┌──
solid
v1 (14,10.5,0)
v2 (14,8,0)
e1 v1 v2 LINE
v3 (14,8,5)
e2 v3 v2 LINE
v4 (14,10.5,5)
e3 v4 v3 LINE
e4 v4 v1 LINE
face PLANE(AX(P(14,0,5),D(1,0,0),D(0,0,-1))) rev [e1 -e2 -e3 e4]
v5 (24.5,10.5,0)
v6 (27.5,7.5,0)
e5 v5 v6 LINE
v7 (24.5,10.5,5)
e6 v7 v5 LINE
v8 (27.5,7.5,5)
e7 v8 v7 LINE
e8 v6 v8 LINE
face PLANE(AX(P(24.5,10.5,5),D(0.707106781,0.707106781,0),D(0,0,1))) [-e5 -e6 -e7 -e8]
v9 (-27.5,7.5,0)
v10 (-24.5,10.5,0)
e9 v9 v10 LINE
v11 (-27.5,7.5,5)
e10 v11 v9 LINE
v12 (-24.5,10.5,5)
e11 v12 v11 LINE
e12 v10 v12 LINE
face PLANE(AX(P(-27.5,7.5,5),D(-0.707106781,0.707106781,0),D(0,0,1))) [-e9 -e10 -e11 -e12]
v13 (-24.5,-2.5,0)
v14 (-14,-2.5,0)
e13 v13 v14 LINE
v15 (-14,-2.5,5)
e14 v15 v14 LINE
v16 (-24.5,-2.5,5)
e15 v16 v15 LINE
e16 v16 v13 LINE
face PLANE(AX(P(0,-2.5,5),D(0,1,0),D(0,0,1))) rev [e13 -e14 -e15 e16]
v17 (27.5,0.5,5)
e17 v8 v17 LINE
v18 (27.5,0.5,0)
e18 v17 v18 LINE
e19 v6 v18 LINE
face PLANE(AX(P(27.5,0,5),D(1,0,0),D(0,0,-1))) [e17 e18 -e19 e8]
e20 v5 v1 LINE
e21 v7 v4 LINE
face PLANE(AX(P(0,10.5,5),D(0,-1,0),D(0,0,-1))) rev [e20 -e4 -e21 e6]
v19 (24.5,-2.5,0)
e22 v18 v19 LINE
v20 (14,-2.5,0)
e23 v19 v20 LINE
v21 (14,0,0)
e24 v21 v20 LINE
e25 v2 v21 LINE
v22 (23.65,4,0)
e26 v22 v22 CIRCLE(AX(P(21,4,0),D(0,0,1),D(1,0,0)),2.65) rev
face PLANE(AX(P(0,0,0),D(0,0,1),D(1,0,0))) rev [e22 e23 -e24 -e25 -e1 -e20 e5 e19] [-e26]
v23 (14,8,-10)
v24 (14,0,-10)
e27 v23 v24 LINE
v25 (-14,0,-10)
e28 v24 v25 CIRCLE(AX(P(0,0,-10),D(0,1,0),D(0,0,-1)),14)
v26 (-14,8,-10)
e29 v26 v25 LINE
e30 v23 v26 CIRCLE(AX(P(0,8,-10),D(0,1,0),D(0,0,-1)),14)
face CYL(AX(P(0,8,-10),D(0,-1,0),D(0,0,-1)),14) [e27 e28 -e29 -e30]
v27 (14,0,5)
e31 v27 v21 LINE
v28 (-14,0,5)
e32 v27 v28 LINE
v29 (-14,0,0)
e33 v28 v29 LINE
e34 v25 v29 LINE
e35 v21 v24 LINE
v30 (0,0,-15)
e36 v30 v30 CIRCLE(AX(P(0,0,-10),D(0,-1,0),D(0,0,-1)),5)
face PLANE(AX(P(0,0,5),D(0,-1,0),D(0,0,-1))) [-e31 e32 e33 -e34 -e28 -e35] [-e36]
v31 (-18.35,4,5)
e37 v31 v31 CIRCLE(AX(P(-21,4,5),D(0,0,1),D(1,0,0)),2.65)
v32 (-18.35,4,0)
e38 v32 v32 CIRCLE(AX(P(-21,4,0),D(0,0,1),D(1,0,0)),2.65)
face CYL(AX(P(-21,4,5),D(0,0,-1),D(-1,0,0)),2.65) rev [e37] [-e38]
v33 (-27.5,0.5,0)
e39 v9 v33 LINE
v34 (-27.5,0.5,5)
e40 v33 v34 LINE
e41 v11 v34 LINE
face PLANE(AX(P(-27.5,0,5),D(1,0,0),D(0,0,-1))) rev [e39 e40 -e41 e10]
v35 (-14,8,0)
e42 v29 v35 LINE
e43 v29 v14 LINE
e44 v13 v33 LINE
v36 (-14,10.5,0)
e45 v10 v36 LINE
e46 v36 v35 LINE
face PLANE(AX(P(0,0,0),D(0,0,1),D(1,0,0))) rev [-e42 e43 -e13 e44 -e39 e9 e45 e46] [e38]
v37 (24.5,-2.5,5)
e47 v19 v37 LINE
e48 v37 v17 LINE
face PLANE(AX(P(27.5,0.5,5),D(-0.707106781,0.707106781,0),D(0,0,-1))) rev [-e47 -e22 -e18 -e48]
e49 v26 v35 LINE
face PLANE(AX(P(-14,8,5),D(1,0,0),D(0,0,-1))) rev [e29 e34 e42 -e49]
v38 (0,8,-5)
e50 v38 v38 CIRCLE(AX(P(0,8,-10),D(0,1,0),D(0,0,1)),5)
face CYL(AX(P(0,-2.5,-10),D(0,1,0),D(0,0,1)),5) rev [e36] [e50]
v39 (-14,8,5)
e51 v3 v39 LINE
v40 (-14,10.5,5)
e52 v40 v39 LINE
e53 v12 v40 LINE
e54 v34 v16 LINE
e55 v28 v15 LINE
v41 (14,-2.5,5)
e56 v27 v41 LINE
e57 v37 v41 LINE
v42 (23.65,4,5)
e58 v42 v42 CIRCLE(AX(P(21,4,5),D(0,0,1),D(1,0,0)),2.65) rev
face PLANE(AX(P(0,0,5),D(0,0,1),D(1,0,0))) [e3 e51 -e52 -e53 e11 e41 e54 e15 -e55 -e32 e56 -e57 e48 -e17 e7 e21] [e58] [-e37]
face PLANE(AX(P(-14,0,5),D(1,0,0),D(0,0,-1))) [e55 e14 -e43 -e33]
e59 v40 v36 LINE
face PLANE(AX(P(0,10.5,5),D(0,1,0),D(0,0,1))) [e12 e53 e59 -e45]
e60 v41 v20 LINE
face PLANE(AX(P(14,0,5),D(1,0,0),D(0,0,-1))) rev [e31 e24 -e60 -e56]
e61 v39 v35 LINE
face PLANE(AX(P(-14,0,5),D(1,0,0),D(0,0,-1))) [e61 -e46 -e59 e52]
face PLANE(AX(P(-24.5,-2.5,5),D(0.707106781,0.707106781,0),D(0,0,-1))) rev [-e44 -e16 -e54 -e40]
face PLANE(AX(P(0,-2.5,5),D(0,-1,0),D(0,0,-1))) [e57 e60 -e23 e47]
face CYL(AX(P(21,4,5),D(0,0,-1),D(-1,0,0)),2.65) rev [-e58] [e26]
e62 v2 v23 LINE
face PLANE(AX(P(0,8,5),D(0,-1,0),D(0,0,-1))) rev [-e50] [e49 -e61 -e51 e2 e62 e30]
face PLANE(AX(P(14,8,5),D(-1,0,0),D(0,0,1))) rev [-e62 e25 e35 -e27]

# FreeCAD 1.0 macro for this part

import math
import FreeCAD as App
import Part
import Sketcher
from FreeCAD import Vector


def edges_at(feature, points):
    """Names of the edges that pass closest to the given points."""
    edges = feature.Shape.Edges
    near = lambda p: min(range(len(edges)), key=lambda i: edges[i].distToShape(Part.Vertex(*p))[0])
    return sorted({f"Edge{near(p) + 1}" for p in points})


def add_polygon(sketch, points):
    """Adds a closed chain of lines whose ends are joined by coincident constraints."""
    first, n = sketch.GeometryCount, len(points)
    for a, b in zip(points, points[1:] + points[:1]):
        sketch.addGeometry(Part.LineSegment(App.Vector(*a, 0), App.Vector(*b, 0)), False)
    for i in range(n):
        sketch.addConstraint(Sketcher.Constraint("Coincident", first + i, 2, first + (i + 1) % n, 1))

doc = App.newDocument("Part")
params = doc.addObject("Spreadsheet::Sheet", "Params")
for row, (alias, value) in enumerate([
    ("sketch1_diameter", "5.3 mm"),
    ("sketch1_width", "28 mm"),
    ("sketch1_height", "13 mm"),
    ("sketch1_width2", "13.5 mm"),
    ("sketch1_height2", "2.5 mm"),
    ("pad1_length", "5 mm"),
    ("chamfer_size", "3 mm"),
    ("sketch2_radius", "14 mm"),
    ("sketch2_height", "15 mm"),
    ("pad2_length", "8 mm"),
    ("sketch3_diameter", "10 mm"),
], start=1):
    params.set(f"A{row}", alias)
    params.set(f"B{row}", "=" + value)
    params.setAlias(f"B{row}", alias)

body = doc.addObject("PartDesign::Body", "Body")

# Sketch on XY plane
sketch1 = doc.addObject("Sketcher::SketchObject", "Sketch")
body.addObject(sketch1)
sketch1.AttachmentSupport = (doc.XY_Plane, [""])
sketch1.MapMode = "FlatFace"
add_polygon(sketch1, [(-14, -2.5), (-14, 0), (14, 0), (14, -2.5), (27.5, -2.5), (27.5, 10.5), (14, 10.5), (14, 8), (-14, 8), (-14, 10.5), (-27.5, 10.5), (-27.5, -2.5)])  # lines 0-11
sketch1.addGeometry(Part.Circle(Vector(-21, 4, 0), Vector(0, 0, 1), 2.65), False)  # 12
sketch1.addGeometry(Part.Circle(Vector(21, 4, 0), Vector(0, 0, 1), 2.65), False)  # 13
sketch1.addConstraint([
    Sketcher.Constraint("Vertical", 0),
    Sketcher.Constraint("Horizontal", 1),
    Sketcher.Constraint("Vertical", 2),
    Sketcher.Constraint("Horizontal", 3),
    Sketcher.Constraint("Vertical", 4),
    Sketcher.Constraint("Horizontal", 5),
    Sketcher.Constraint("Vertical", 6),
    Sketcher.Constraint("Horizontal", 7),
    Sketcher.Constraint("Vertical", 8),
    Sketcher.Constraint("Horizontal", 9),
    Sketcher.Constraint("Vertical", 10),
    Sketcher.Constraint("Horizontal", 11),
    Sketcher.Constraint("Equal", 12, 13),
    Sketcher.Constraint("Symmetric", 0, 2, 1, 2, -1, 1),
    Sketcher.Constraint("Symmetric", 12, 3, 13, 3, -2),
    Sketcher.Constraint("Symmetric", 5, 2, 8, 2, -2),
    Sketcher.Constraint("Symmetric", 3, 2, 10, 2, -2),
    Sketcher.Constraint("Vertical", 2, 2, 5, 2),
    Sketcher.Constraint("Equal", 2, 6),
    Sketcher.Constraint("Diameter", 12, 5.3),
    Sketcher.Constraint("DistanceX", 1, 1, 1, 2, 28.0),
    Sketcher.Constraint("DistanceY", 4, 1, 4, 2, 13.0),
    Sketcher.Constraint("DistanceX", 3, 1, 3, 2, 13.5),
    Sketcher.Constraint("DistanceY", 0, 1, 0, 2, 2.5),
    Sketcher.Constraint("DistanceX", 12, 3, -1, 1, 21.0),
    Sketcher.Constraint("DistanceY", -1, 1, 12, 3, 4.0),
])
sketch1.setExpression("Constraints[31]", "Params.sketch1_diameter")
sketch1.setExpression("Constraints[32]", "Params.sketch1_width")
sketch1.setExpression("Constraints[33]", "Params.sketch1_height")
sketch1.setExpression("Constraints[34]", "Params.sketch1_width2")
sketch1.setExpression("Constraints[35]", "Params.sketch1_height2")
pad1 = doc.addObject("PartDesign::Pad", "Pad")
body.addObject(pad1)
pad1.Profile = sketch1
pad1.setExpression("Length", "Params.pad1_length")
doc.recompute()

chamfer = doc.addObject("PartDesign::Chamfer", "Chamfer")
body.addObject(chamfer)
chamfer.Base = (pad1, edges_at(pad1, [
    (27.5, 10.5, 2.5),
    (27.5, -2.5, 2.5),
    (-27.5, -2.5, 2.5),
    (-27.5, 10.5, 2.5),
]))
chamfer.setExpression("Size", "Params.chamfer_size")

# Sketch on XZ plane
sketch2 = doc.addObject("Sketcher::SketchObject", "Sketch001")
body.addObject(sketch2)
sketch2.AttachmentSupport = (doc.XZ_Plane, [""])
sketch2.MapMode = "FlatFace"
sketch2.AttachmentOffset = App.Placement(Vector(0, 0, -4), App.Rotation())
sketch2.addGeometry([
    Part.LineSegment(Vector(-14, -10, 0), Vector(-14, 5, 0)),
    Part.LineSegment(Vector(-14, 5, 0), Vector(14, 5, 0)),
    Part.LineSegment(Vector(14, 5, 0), Vector(14, -10, 0)),
    Part.ArcOfCircle(Part.Circle(Vector(0, -10, 0), Vector(0, 0, 1), 14), math.radians(180), math.radians(360)),
], False)
sketch2.addConstraint([
    Sketcher.Constraint("Coincident", 0, 2, 1, 1),
    Sketcher.Constraint("Coincident", 1, 2, 2, 1),
    Sketcher.Constraint("Tangent", 2, 2, 3, 2),
    Sketcher.Constraint("Tangent", 3, 1, 0, 1),
    Sketcher.Constraint("Vertical", 0),
    Sketcher.Constraint("Horizontal", 1),
    Sketcher.Constraint("Vertical", 2),
    Sketcher.Constraint("PointOnObject", 3, 3, -2),
    Sketcher.Constraint("Radius", 3, 14.0),
    Sketcher.Constraint("DistanceY", 0, 1, 0, 2, 15.0),
    Sketcher.Constraint("DistanceY", 3, 3, -1, 1, 10.0),
])
sketch2.setExpression("Constraints[8]", "Params.sketch2_radius")
sketch2.setExpression("Constraints[9]", "Params.sketch2_height")
pad2 = doc.addObject("PartDesign::Pad", "Pad001")
body.addObject(pad2)
pad2.Profile = sketch2
pad2.setExpression("Length", "Params.pad2_length")
pad2.Midplane = True

# Sketch on XZ plane
sketch3 = doc.addObject("Sketcher::SketchObject", "Sketch002")
body.addObject(sketch3)
sketch3.AttachmentSupport = (doc.XZ_Plane, [""])
sketch3.MapMode = "FlatFace"
sketch3.AttachmentOffset = App.Placement(Vector(0, 0, -8), App.Rotation())
sketch3.addGeometry(Part.Circle(Vector(0, -10, 0), Vector(0, 0, 1), 5), False)
sketch3.addConstraint([
    Sketcher.Constraint("PointOnObject", 0, 3, -2),
    Sketcher.Constraint("Diameter", 0, 10.0),
    Sketcher.Constraint("DistanceY", 0, 3, -1, 1, 10.0),
])
sketch3.setExpression("Constraints[1]", "Params.sketch3_diameter")
pocket1 = doc.addObject("PartDesign::Pocket", "Pocket")
body.addObject(pocket1)
pocket1.Profile = sketch3
pocket1.Type = "ThroughAll"
pocket1.Reversed = True

doc.recompute()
└──
**Task goal:**
Above are records; repeat only the lines starting at the line with "v1 (14,10.5,0)" and ending at the line with "e38 v32 v32", exactly as they appear, both included.

**Exercise output:**
v1 (14,10.5,0)
v2 (14,8,0)
e1 v1 v2 LINE
v3 (14,8,5)
e2 v3 v2 LINE
v4 (14,10.5,5)
e3 v4 v3 LINE
e4 v4 v1 LINE
face PLANE(AX(P(14,0,5),D(1,0,0),D(0,0,-1))) rev [e1 -e2 -e3 e4]
v5 (24.5,10.5,0)
v6 (27.5,7.5,0)
e5 v5 v6 LINE
v7 (24.5,10.5,5)
e6 v7 v5 LINE
v8 (27.5,7.5,5)
e7 v8 v7 LINE
e8 v6 v8 LINE
face PLANE(AX(P(24.5,10.5,5),D(0.707106781,0.707106781,0),D(0,0,1))) [-e5 -e6 -e7 -e8]
v9 (-27.5,7.5,0)
v10 (-24.5,10.5,0)
e9 v9 v10 LINE
v11 (-27.5,7.5,5)
e10 v11 v9 LINE
v12 (-24.5,10.5,5)
e11 v12 v11 LINE
e12 v10 v12 LINE
face PLANE(AX(P(-27.5,7.5,5),D(-0.707106781,0.707106781,0),D(0,0,1))) [-e9 -e10 -e11 -e12]
v13 (-24.5,-2.5,0)
v14 (-14,-2.5,0)
e13 v13 v14 LINE
v15 (-14,-2.5,5)
e14 v15 v14 LINE
v16 (-24.5,-2.5,5)
e15 v16 v15 LINE
e16 v16 v13 LINE
face PLANE(AX(P(0,-2.5,5),D(0,1,0),D(0,0,1))) rev [e13 -e14 -e15 e16]
v17 (27.5,0.5,5)
e17 v8 v17 LINE
v18 (27.5,0.5,0)
e18 v17 v18 LINE
e19 v6 v18 LINE
face PLANE(AX(P(27.5,0,5),D(1,0,0),D(0,0,-1))) [e17 e18 -e19 e8]
e20 v5 v1 LINE
e21 v7 v4 LINE
face PLANE(AX(P(0,10.5,5),D(0,-1,0),D(0,0,-1))) rev [e20 -e4 -e21 e6]
v19 (24.5,-2.5,0)
e22 v18 v19 LINE
v20 (14,-2.5,0)
e23 v19 v20 LINE
v21 (14,0,0)
e24 v21 v20 LINE
e25 v2 v21 LINE
v22 (23.65,4,0)
e26 v22 v22 CIRCLE(AX(P(21,4,0),D(0,0,1),D(1,0,0)),2.65) rev
face PLANE(AX(P(0,0,0),D(0,0,1),D(1,0,0))) rev [e22 e23 -e24 -e25 -e1 -e20 e5 e19] [-e26]
v23 (14,8,-10)
v24 (14,0,-10)
e27 v23 v24 LINE
v25 (-14,0,-10)
e28 v24 v25 CIRCLE(AX(P(0,0,-10),D(0,1,0),D(0,0,-1)),14)
v26 (-14,8,-10)
e29 v26 v25 LINE
e30 v23 v26 CIRCLE(AX(P(0,8,-10),D(0,1,0),D(0,0,-1)),14)
face CYL(AX(P(0,8,-10),D(0,-1,0),D(0,0,-1)),14) [e27 e28 -e29 -e30]
v27 (14,0,5)
e31 v27 v21 LINE
v28 (-14,0,5)
e32 v27 v28 LINE
v29 (-14,0,0)
e33 v28 v29 LINE
e34 v25 v29 LINE
e35 v21 v24 LINE
v30 (0,0,-15)
e36 v30 v30 CIRCLE(AX(P(0,0,-10),D(0,-1,0),D(0,0,-1)),5)
face PLANE(AX(P(0,0,5),D(0,-1,0),D(0,0,-1))) [-e31 e32 e33 -e34 -e28 -e35] [-e36]
v31 (-18.35,4,5)
e37 v31 v31 CIRCLE(AX(P(-21,4,5),D(0,0,1),D(1,0,0)),2.65)
v32 (-18.35,4,0)
e38 v32 v32 CIRCLE(AX(P(-21,4,0),D(0,0,1),D(1,0,0)),2.65)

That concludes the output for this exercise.